Every line below between the line holding "point P2 (-48.895, 5.3975)" and the line holding "about plane through", inclusive, should be repeated exactly, and all other lines omitted.

━━ SUPPLIED MATERIAL

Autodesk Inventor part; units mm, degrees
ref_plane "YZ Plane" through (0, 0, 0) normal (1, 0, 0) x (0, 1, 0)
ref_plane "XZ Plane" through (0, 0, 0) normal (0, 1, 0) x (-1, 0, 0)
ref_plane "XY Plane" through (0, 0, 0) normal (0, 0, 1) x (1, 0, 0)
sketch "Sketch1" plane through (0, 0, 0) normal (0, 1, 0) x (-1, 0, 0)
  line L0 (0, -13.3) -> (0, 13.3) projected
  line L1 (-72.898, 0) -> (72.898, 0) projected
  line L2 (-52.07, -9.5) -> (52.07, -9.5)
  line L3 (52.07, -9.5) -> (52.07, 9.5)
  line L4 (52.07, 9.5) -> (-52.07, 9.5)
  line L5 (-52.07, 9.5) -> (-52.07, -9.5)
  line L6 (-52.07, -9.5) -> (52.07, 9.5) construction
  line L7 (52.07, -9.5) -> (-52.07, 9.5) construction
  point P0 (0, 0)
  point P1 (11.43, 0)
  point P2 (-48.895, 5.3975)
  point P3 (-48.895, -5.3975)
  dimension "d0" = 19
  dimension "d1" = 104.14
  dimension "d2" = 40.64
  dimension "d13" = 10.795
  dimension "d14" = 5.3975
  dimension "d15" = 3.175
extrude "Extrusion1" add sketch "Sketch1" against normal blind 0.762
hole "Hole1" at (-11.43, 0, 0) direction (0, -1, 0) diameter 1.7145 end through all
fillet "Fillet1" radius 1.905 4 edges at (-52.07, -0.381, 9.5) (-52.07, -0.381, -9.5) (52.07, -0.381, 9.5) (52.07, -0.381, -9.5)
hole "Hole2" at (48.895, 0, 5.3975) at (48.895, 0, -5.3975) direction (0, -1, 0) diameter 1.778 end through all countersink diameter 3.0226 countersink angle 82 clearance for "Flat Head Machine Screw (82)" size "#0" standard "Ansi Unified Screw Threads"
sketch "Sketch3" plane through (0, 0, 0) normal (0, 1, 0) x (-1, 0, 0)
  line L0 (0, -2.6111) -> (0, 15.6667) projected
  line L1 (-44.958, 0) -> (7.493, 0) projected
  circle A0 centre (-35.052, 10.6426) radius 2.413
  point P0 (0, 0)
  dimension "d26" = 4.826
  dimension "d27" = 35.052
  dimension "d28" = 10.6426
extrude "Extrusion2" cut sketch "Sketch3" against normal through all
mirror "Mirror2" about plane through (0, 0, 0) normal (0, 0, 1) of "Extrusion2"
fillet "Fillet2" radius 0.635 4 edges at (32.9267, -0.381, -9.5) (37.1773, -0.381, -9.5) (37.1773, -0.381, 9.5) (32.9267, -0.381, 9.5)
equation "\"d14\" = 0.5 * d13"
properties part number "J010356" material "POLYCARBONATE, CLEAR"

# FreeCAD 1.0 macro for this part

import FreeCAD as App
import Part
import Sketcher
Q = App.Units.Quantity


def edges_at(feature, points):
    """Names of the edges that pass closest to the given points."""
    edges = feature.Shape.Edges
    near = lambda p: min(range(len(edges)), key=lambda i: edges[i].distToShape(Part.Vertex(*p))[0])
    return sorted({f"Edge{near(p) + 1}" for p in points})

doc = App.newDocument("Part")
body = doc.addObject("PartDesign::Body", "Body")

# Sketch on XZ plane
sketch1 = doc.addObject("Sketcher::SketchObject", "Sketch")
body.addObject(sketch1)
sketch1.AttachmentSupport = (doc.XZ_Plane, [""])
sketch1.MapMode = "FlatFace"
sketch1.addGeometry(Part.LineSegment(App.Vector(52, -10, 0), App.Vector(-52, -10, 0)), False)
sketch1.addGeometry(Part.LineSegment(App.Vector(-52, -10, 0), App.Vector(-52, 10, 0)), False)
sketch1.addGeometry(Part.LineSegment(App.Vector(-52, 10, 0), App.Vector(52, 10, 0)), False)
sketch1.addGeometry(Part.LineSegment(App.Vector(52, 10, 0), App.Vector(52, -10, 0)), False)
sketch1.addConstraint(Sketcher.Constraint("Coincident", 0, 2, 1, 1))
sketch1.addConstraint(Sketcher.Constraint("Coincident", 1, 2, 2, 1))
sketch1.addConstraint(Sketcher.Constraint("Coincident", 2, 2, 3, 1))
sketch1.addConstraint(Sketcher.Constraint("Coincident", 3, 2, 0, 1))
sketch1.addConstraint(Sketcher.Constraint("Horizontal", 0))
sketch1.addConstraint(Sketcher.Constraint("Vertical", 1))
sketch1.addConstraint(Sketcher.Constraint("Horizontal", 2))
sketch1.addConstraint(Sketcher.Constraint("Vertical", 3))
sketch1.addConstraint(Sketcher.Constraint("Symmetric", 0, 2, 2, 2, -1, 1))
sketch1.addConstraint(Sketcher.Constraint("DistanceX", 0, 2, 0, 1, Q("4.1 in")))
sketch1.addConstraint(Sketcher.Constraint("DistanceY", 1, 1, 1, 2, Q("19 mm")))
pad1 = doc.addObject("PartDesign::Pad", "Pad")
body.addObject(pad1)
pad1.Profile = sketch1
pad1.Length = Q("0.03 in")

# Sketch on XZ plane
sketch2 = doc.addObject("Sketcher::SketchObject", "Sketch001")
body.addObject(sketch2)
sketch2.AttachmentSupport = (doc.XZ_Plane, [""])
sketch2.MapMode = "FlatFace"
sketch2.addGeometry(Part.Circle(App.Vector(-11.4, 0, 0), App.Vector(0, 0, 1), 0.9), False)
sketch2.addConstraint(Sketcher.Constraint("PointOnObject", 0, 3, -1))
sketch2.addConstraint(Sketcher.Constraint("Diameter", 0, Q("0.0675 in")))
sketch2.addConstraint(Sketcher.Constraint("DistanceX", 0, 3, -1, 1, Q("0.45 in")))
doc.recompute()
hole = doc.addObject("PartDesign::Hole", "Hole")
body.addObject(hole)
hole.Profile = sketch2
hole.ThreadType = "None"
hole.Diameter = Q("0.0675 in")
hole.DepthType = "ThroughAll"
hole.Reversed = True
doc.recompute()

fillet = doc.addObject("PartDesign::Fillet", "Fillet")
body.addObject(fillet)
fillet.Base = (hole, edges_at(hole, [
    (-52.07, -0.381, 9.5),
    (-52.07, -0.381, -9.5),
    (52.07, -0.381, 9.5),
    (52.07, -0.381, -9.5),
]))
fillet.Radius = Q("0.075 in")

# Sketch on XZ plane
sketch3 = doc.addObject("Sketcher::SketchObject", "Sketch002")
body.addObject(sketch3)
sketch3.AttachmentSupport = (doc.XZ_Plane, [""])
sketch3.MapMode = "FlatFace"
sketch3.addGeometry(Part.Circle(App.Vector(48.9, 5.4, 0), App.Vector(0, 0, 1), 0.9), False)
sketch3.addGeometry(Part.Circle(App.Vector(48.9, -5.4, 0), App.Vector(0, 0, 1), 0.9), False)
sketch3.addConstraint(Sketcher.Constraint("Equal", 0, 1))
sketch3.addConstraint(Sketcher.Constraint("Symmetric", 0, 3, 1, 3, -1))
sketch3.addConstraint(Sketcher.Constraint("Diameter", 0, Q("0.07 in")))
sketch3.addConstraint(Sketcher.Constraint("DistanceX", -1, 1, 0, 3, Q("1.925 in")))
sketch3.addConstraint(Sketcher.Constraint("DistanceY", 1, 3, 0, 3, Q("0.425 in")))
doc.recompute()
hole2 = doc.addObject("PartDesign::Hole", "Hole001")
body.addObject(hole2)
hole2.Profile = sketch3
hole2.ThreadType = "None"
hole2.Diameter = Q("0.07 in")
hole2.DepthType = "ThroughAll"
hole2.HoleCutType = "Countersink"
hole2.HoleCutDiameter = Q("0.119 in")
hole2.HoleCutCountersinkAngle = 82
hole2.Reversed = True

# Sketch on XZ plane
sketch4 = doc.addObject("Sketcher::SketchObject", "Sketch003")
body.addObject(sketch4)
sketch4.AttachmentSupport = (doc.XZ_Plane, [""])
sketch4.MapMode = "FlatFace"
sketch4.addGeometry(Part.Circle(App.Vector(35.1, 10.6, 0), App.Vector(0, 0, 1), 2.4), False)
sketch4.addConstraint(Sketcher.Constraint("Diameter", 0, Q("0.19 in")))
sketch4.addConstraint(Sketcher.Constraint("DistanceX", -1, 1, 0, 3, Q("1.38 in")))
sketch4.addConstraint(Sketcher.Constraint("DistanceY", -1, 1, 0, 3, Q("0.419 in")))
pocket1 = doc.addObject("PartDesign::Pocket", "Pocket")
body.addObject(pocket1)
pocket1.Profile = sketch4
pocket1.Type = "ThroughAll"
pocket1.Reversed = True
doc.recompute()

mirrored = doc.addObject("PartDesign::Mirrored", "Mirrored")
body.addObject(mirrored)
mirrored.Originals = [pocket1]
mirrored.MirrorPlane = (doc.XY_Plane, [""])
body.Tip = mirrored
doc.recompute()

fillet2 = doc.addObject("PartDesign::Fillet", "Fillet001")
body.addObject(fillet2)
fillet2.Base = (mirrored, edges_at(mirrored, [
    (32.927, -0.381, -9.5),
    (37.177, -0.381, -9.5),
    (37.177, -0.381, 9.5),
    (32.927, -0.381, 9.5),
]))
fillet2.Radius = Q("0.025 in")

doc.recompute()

━━━━

▶ _FINISHED TASK_
  point P2 (-48.895, 5.3975)
  point P3 (-48.895, -5.3975)
  dimension "d0" = 19
  dimension "d1" = 104.14
  dimension "d2" = 40.64
  dimension "d13" = 10.795
  dimension "d14" = 5.3975
  dimension "d15" = 3.175
extrude "Extrusion1" add sketch "Sketch1" against normal blind 0.762
hole "Hole1" at (-11.43, 0, 0) direction (0, -1, 0) diameter 1.7145 end through all
fillet "Fillet1" radius 1.905 4 edges at (-52.07, -0.381, 9.5) (-52.07, -0.381, -9.5) (52.07, -0.381, 9.5) (52.07, -0.381, -9.5)
hole "Hole2" at (48.895, 0, 5.3975) at (48.895, 0, -5.3975) direction (0, -1, 0) diameter 1.778 end through all countersink diameter 3.0226 countersink angle 82 clearance for "Flat Head Machine Screw (82)" size "#0" standard "Ansi Unified Screw Threads"
sketch "Sketch3" plane through (0, 0, 0) normal (0, 1, 0) x (-1, 0, 0)
  line L0 (0, -2.6111) -> (0, 15.6667) projected
  line L1 (-44.958, 0) -> (7.493, 0) projected
  circle A0 centre (-35.052, 10.6426) radius 2.413
  point P0 (0, 0)
  dimension "d26" = 4.826
  dimension "d27" = 35.052
  dimension "d28" = 10.6426
extrude "Extrusion2" cut sketch "Sketch3" against normal through all
mirror "Mirror2" about plane through (0, 0, 0) normal (0, 0, 1) of "Extrusion2"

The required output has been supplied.